Centripetal Force

The magnitude of the centripetal force can be expressed in terms of linear velocity ($v$) or angular velocity ($\omega$).

Using linear velocity: $F = \frac{mv^2}{r}$ where $m$ is mass, $v$ is tangential speed, and $r$ is the radius of the path.

Using angular velocity: $F = mr\omega^2$ This form is particularly useful when the rotation rate (radians per second) is known.

A third variation relates force to both linear and angular velocity: $F = mv\omega$

In vertical circles, the centripetal force is the resultant of the tension (or normal force) and the object's weight ($mg$).

At the top: Both tension ($T$) and weight act downwards toward the center.
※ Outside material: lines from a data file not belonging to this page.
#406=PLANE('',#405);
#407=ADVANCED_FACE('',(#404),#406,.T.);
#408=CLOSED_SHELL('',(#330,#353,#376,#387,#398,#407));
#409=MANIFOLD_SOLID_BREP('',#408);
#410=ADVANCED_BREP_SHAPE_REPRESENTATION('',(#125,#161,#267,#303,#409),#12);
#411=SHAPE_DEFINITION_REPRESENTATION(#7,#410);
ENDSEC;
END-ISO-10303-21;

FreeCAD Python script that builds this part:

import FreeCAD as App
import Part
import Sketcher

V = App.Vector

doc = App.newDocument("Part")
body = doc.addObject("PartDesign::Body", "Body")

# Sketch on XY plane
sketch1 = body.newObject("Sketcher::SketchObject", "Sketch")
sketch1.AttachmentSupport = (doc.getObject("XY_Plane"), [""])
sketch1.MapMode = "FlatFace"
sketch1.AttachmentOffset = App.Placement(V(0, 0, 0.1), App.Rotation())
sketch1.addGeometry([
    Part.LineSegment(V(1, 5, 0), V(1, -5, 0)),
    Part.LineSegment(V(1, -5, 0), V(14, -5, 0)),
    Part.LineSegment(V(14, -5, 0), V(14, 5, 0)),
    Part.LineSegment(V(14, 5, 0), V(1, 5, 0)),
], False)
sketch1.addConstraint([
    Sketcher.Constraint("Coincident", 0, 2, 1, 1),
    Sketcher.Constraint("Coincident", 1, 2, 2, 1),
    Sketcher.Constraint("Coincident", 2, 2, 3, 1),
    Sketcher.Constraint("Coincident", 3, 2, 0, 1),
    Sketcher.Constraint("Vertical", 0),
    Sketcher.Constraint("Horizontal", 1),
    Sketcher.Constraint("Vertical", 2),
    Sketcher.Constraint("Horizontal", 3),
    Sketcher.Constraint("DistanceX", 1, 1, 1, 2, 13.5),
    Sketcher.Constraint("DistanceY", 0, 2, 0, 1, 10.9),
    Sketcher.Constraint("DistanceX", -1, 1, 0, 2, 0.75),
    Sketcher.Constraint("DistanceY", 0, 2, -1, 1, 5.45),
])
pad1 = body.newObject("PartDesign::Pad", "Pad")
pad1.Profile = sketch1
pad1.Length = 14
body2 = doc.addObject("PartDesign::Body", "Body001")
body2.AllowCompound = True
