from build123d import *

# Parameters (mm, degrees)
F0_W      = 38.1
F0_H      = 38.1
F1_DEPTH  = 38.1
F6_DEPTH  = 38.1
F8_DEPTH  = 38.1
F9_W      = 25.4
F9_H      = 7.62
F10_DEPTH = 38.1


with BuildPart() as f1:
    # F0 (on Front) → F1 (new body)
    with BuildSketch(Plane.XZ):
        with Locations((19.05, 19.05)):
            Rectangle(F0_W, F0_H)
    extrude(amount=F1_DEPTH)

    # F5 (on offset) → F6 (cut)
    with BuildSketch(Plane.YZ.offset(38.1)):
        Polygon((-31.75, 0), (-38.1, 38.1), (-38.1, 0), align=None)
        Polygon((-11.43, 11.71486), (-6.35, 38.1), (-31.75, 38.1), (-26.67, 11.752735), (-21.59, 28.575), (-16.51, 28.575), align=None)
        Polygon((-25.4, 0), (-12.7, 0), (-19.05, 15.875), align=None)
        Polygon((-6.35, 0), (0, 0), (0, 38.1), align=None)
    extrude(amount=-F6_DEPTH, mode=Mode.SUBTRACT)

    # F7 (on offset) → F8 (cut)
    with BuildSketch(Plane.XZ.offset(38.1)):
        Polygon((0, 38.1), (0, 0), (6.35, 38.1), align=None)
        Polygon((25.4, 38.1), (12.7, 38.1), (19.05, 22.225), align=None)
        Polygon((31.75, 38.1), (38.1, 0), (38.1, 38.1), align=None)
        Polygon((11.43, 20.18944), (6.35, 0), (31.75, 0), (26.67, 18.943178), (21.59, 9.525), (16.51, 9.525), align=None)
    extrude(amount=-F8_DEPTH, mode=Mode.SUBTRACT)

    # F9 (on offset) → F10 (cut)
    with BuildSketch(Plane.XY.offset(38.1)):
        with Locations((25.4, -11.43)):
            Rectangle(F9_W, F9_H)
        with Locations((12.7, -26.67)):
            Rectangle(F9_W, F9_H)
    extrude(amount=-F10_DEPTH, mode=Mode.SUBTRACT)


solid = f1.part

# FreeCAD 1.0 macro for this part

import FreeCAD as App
import Part
import Sketcher
Q = App.Units.Quantity


def add_polygon(sketch, points):
    """Adds a closed chain of lines whose ends are joined by coincident constraints."""
    first, n = sketch.GeometryCount, len(points)
    for a, b in zip(points, points[1:] + points[:1]):
        sketch.addGeometry(Part.LineSegment(App.Vector(*a, 0), App.Vector(*b, 0)), False)
    for i in range(n):
        sketch.addConstraint(Sketcher.Constraint("Coincident", first + i, 2, first + (i + 1) % n, 1))

doc = App.newDocument("Part")
params = doc.addObject("Spreadsheet::Sheet", "Params")
for row, (alias, value) in enumerate([
    ("sketch1_width", "1.5 in"),
    ("pad1_length", "1.5 in"),
    ("sketch2_width", "1 in"),
    ("sketch2_width2", "0.2 in"),
    ("sketch2_width3", "0.5 in"),
    ("sketch2_height", "1.5 in"),
    ("pocket1_length", "1.5 in"),
    ("sketch3_width", "1 in"),
    ("sketch3_width2", "0.5 in"),
    ("sketch3_width3", "0.2 in"),
    ("sketch3_height", "1.5 in"),
    ("pocket2_length", "1.5 in"),
    ("sketch4_width", "1 in"),
    ("sketch4_height", "0.3 in"),
    ("pocket3_length", "1.5 in"),
], start=1):
    params.set(f"A{row}", alias)
    params.set(f"B{row}", "=" + value)
    params.setAlias(f"B{row}", alias)

body = doc.addObject("PartDesign::Body", "Body")

sketch1 = body.newObject("Sketcher::SketchObject", "Sketch")
sketch1.AttachmentSupport = (doc.getObject("XZ_Plane"), [""])
sketch1.MapMode = "FlatFace"
add_polygon(sketch1, [(0, 38), (0, 0), (38, 0), (38, 38)])
sketch1.addConstraint([
    Sketcher.Constraint("Vertical", 0),
    Sketcher.Constraint("Horizontal", 1),
    Sketcher.Constraint("Vertical", 2),
    Sketcher.Constraint("Horizontal", 3),
    Sketcher.Constraint("Coincident", 0, 2, -1, 1),
    Sketcher.Constraint("Equal", 3, 0),
    Sketcher.Constraint("DistanceX", 1, 1, 1, 2, Q("1.5 in")),
])
sketch1.setExpression("Constraints[10]", "Params.sketch1_width")
pad1 = body.newObject("PartDesign::Pad", "Pad")
pad1.Profile = sketch1
pad1.setExpression("Length", "Params.pad1_length")

sketch2 = body.newObject("Sketcher::SketchObject", "Sketch001")
sketch2.AttachmentSupport = (doc.getObject("YZ_Plane"), [""])
sketch2.MapMode = "FlatFace"
sketch2.AttachmentOffset = App.Placement(App.Vector(0, 0, 1.5 * 25.4), App.Rotation())
add_polygon(sketch2, [(-32, 0), (-38, 38), (-38, 0)])
add_polygon(sketch2, [(-11, 12), (-6, 38), (-32, 38), (-27, 12), (-22, 29), (-17, 29)])
add_polygon(sketch2, [(-25, 0), (-13, 0), (-19, 16)])
add_polygon(sketch2, [(-6, 0), (0, 0), (0, 38)])
sketch2.addConstraint([
    Sketcher.Constraint("Vertical", 1),
    Sketcher.Constraint("Horizontal", 2),
    Sketcher.Constraint("Horizontal", 4),
    Sketcher.Constraint("Horizontal", 7),
    Sketcher.Constraint("Horizontal", 9),
    Sketcher.Constraint("Horizontal", 12),
    Sketcher.Constraint("Vertical", 13),
    Sketcher.Constraint("Coincident", 12, 2, -1, 1),
    Sketcher.Constraint("PointOnObject", 1, 2, -1),
    Sketcher.Constraint("PointOnObject", 9, 2, -1),
    Sketcher.Constraint("Horizontal", 0, 2, 3, 2),
    Sketcher.Constraint("Horizontal", 4, 2, 13, 2),
    Sketcher.Constraint("Vertical", 2, 2, 4, 2),
    Sketcher.Constraint("Vertical", 3, 2, 14, 2),
    Sketcher.Constraint("Equal", 2, 12),
    Sketcher.Constraint("Equal", 10, 11),
    Sketcher.Constraint("DistanceX", 4, 2, 4, 1, Q("1 in")),
    Sketcher.Constraint("DistanceX", 7, 1, 7, 2, Q("0.2 in")),
    Sketcher.Constraint("DistanceX", 9, 1, 9, 2, Q("0.5 in")),
    Sketcher.Constraint("DistanceY", 1, 2, 1, 1, Q("1.5 in")),
    Sketcher.Constraint("DistanceX", 11, 2, -1, 1, Q("1 in")),
    Sketcher.Constraint("DistanceX", 1, 2, 9, 2, Q("1 in")),
    Sketcher.Constraint("DistanceX", 2, 2, 5, 2, Q("0.2 in")),
    Sketcher.Constraint("DistanceX", 4, 2, 6, 2, Q("0.4 in")),
    Sketcher.Constraint("DistanceX", 5, 2, 8, 2, Q("0.6 in")),
    Sketcher.Constraint("DistanceY", 10, 2, 6, 2, Q("0.5 in")),
    Sketcher.Constraint("DistanceY", -1, 1, 6, 2, Q("1.125 in")),
    Sketcher.Constraint("Distance", 5, Q("26.832532 mm")),
    Sketcher.Constraint("DistanceY", -1, 1, 8, 2, Q("11.71486 mm")),
])
sketch2.setExpression("Constraints[31]", "Params.sketch2_width")
sketch2.setExpression("Constraints[32]", "Params.sketch2_width2")
sketch2.setExpression("Constraints[33]", "Params.sketch2_width3")
sketch2.setExpression("Constraints[34]", "Params.sketch2_height")
pocket1 = body.newObject("PartDesign::Pocket", "Pocket")
pocket1.Profile = sketch2
pocket1.setExpression("Length", "Params.pocket1_length")

sketch3 = body.newObject("Sketcher::SketchObject", "Sketch002")
sketch3.AttachmentSupport = (doc.getObject("XZ_Plane"), [""])
sketch3.MapMode = "FlatFace"
sketch3.AttachmentOffset = App.Placement(App.Vector(0, 0, 1.5 * 25.4), App.Rotation())
add_polygon(sketch3, [(0, 38), (0, 0), (6, 38)])
add_polygon(sketch3, [(25, 38), (13, 38), (19, 22)])
add_polygon(sketch3, [(32, 38), (38, 0), (38, 38)])
add_polygon(sketch3, [(11, 20), (6, 0), (32, 0), (27, 19), (22, 10), (17, 10)])
sketch3.addConstraint([
    Sketcher.Constraint("Vertical", 0),
    Sketcher.Constraint("Horizontal", 2),
    Sketcher.Constraint("Horizontal", 3),
    Sketcher.Constraint("Vertical", 7),
    Sketcher.Constraint("Horizontal", 8),
    Sketcher.Constraint("Horizontal", 10),
    Sketcher.Constraint("Horizontal", 13),
    Sketcher.Constraint("Coincident", 0, 2, -1, 1),
    Sketcher.Constraint("PointOnObject", 6, 2, -1),
    Sketcher.Constraint("PointOnObject", 9, 2, -1),
    Sketcher.Constraint("Horizontal", 2, 2, 3, 2),
    Sketcher.Constraint("Horizontal", 5, 2, 7, 2),
    Sketcher.Constraint("Vertical", 1, 2, 9, 2),
    Sketcher.Constraint("Vertical", 8, 2, 10, 2),
    Sketcher.Constraint("Equal", 2, 8),
    Sketcher.Constraint("Equal", 4, 5),
    Sketcher.Constraint("DistanceX", 10, 1, 10, 2, Q("1 in")),
    Sketcher.Constraint("DistanceX", 3, 2, 3, 1, Q("0.5 in")),
    Sketcher.Constraint("DistanceX", 13, 2, 13, 1, Q("0.2 in")),
    Sketcher.Constraint("DistanceY", 0, 2, 0, 1, Q("1.5 in")),
    Sketcher.Constraint("DistanceX", -1, 1, 5, 2, Q("1 in")),
    Sketcher.Constraint("DistanceX", 3, 2, 6, 2, Q("1 in")),
    Sketcher.Constraint("DistanceX", 4, 2, 11, 2, Q("0.3 in")),
    Sketcher.Constraint("DistanceX", 12, 2, 11, 2, Q("0.2 in")),
    Sketcher.Constraint("DistanceY", 12, 2, 4, 2, Q("0.5 in")),
    Sketcher.Constraint("DistanceX", 14, 2, 4, 2, Q("0.3 in")),
    Sketcher.Constraint("DistanceY", -1, 1, 4, 2, Q("0.875 in")),
    Sketcher.Constraint("Distance", 9, Q("20.818739 mm")),
    Sketcher.Constraint("Distance", 11, Q("19.612506 mm")),
])
sketch3.setExpression("Constraints[31]", "Params.sketch3_width")
sketch3.setExpression("Constraints[32]", "Params.sketch3_width2")
sketch3.setExpression("Constraints[33]", "Params.sketch3_width3")
sketch3.setExpression("Constraints[34]", "Params.sketch3_height")
pocket2 = body.newObject("PartDesign::Pocket", "Pocket001")
pocket2.Profile = sketch3
pocket2.setExpression("Length", "Params.pocket2_length")

sketch4 = body.newObject("Sketcher::SketchObject", "Sketch003")
sketch4.AttachmentSupport = (doc.getObject("XY_Plane"), [""])
sketch4.MapMode = "FlatFace"
sketch4.AttachmentOffset = App.Placement(App.Vector(0, 0, 1.5 * 25.4), App.Rotation())
add_polygon(sketch4, [(13, -8), (13, -15), (38, -15), (38, -8)])
add_polygon(sketch4, [(0, -23), (0, -30), (25, -30), (25, -23)])
sketch4.addConstraint([
    Sketcher.Constraint("Vertical", 0),
    Sketcher.Constraint("Horizontal", 1),
    Sketcher.Constraint("Vertical", 2),
    Sketcher.Constraint("Horizontal", 3),
    Sketcher.Constraint("Vertical", 4),
    Sketcher.Constraint("Horizontal", 5),
    Sketcher.Constraint("Vertical", 6),
    Sketcher.Constraint("Horizontal", 7),
    Sketcher.Constraint("PointOnObject", 4, 2, -2),
    Sketcher.Constraint("Equal", 3, 5),
    Sketcher.Constraint("Equal", 2, 4),
    Sketcher.Constraint("DistanceX", 1, 1, 1, 2, Q("1 in")),
    Sketcher.Constraint("DistanceY", 0, 2, 0, 1, Q("0.3 in")),
    Sketcher.Constraint("DistanceX", -1, 1, 0, 2, Q("0.5 in")),
    Sketcher.Constraint("DistanceY", 0, 2, -1, 1, Q("0.6 in")),
    Sketcher.Constraint("DistanceY", 4, 2, -1, 1, Q("1.2 in")),
])
sketch4.setExpression("Constraints[19]", "Params.sketch4_width")
sketch4.setExpression("Constraints[20]", "Params.sketch4_height")
pocket3 = body.newObject("PartDesign::Pocket", "Pocket002")
pocket3.Profile = sketch4
pocket3.setExpression("Length", "Params.pocket3_length")

doc.recompute()
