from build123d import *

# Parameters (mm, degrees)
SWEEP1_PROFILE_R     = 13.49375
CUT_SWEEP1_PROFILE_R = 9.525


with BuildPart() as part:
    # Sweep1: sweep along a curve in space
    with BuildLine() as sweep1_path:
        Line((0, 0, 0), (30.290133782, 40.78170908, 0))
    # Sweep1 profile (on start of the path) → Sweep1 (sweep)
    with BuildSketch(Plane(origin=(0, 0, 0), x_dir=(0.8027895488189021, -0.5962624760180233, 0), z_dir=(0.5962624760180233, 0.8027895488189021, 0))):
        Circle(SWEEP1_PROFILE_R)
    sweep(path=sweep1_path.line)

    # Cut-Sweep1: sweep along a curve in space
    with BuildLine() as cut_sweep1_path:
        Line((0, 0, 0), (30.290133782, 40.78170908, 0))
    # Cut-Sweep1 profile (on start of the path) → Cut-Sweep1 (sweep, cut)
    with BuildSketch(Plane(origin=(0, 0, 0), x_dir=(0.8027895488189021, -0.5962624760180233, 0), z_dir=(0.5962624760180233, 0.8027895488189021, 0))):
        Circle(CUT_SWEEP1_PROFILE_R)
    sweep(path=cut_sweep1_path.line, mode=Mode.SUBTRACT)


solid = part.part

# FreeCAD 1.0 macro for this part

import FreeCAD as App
import Part
import Sketcher

V = App.Vector
Q = App.Units.Quantity

doc = App.newDocument("Part")
params = doc.addObject("Spreadsheet::Sheet", "Params")
for row, (alias, value) in enumerate([
    ("sketch1_diameter", "1.0625 in"),
    ("sketch2_width", "2 in"),
    ("sketch3_diameter", "0.75 in"),
    ("sketch4_width", "2 in"),
], start=1):
    params.set(f"A{row}", alias)
    params.set(f"B{row}", "=" + value)
    params.setAlias(f"B{row}", alias)

body = doc.addObject("PartDesign::Body", "Body")

sketch1 = body.newObject("Sketcher::SketchObject", "Sketch")
sketch1.Placement = App.Placement(V(0, 0, 0), App.Rotation(V(0.802789549, -0.596262476, 0), V(0, 0, -1), V(0.596262476, 0.802789549, 0), "ZXY"))
sketch1.addGeometry(Part.Circle(V(0, 0, 0), V(0, 0, 1), 13), False)
sketch1.addConstraint(Sketcher.Constraint("Coincident", 0, 3, -1, 1))
sketch1.addConstraint(Sketcher.Constraint("Diameter", 0, Q("1.0625 in")))
sketch1.setExpression("Constraints[1]", "Params.sketch1_diameter")

sketch2 = body.newObject("Sketcher::SketchObject", "Sketch001")
sketch2.Placement = App.Placement(V(0, 0, 0), App.Rotation(V(0.596262476, 0.802789549, 0), V(0, 0, 1), V(0.802789549, -0.596262476, 0), "ZXY"))
sketch2.addGeometry(Part.LineSegment(V(0, 0, 0), V(51, 0, 0)), False)
sketch2.addConstraint(Sketcher.Constraint("Horizontal", 0))
sketch2.addConstraint(Sketcher.Constraint("Coincident", 0, 1, -1, 1))
sketch2.addConstraint(Sketcher.Constraint("DistanceX", 0, 1, 0, 2, Q("2 in")))
sketch2.setExpression("Constraints[2]", "Params.sketch2_width")
doc.recompute()

additivepipe = body.newObject("PartDesign::AdditivePipe", "AdditivePipe")
additivepipe.Profile = sketch1
additivepipe.Spine = (sketch2, ["Edge1"])

sketch3 = body.newObject("Sketcher::SketchObject", "Sketch002")
sketch3.Placement = App.Placement(V(0, 0, 0), App.Rotation(V(0.802789549, -0.596262476, 0), V(0, 0, -1), V(0.596262476, 0.802789549, 0), "ZXY"))
sketch3.addGeometry(Part.Circle(V(0, 0, 0), V(0, 0, 1), 10), False)
sketch3.addConstraint(Sketcher.Constraint("Coincident", 0, 3, -1, 1))
sketch3.addConstraint(Sketcher.Constraint("Diameter", 0, Q("0.75 in")))
sketch3.setExpression("Constraints[1]", "Params.sketch3_diameter")

sketch4 = body.newObject("Sketcher::SketchObject", "Sketch003")
sketch4.Placement = App.Placement(V(0, 0, 0), App.Rotation(V(0.596262476, 0.802789549, 0), V(0, 0, 1), V(0.802789549, -0.596262476, 0), "ZXY"))
sketch4.addGeometry(Part.LineSegment(V(0, 0, 0), V(51, 0, 0)), False)
sketch4.addConstraint(Sketcher.Constraint("Horizontal", 0))
sketch4.addConstraint(Sketcher.Constraint("Coincident", 0, 1, -1, 1))
sketch4.addConstraint(Sketcher.Constraint("DistanceX", 0, 1, 0, 2, Q("2 in")))
sketch4.setExpression("Constraints[2]", "Params.sketch4_width")
doc.recompute()

subtractivepipe = body.newObject("PartDesign::SubtractivePipe", "SubtractivePipe")
subtractivepipe.Profile = sketch3
subtractivepipe.Spine = (sketch4, ["Edge1"])

doc.recompute()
Thus, $T + mg = \frac{mv^2}{r}$. The minimum speed to maintain the circle occurs when $T = 0$, leading to $v_{min} = \sqrt{gr}$.

At the bottom: Tension acts upward (toward the center) while weight acts downward (away from the center). Thus, $T - mg = \frac{mv^2}{r}$, meaning tension is at its maximum here: $T = \frac{mv^2}{r} + mg$.

Identify the Source: Always start by identifying which physical force (tension, friction, etc.) is acting as the centripetal force. Never draw 'centripetal force' as an extra arrow on a free-body diagram.

Resultant Force Equation: Set the sum of forces pointing toward the center minus forces pointing away from the center equal to $\frac{mv^2}{r}$.

Check Units: Ensure mass is in kg, velocity in m/s, and radius in meters. If given angular velocity in RPM, convert it to rad/s first.

Sanity Check: In vertical motion problems, the tension at the bottom should always be greater than the tension at the top by at least $2mg$.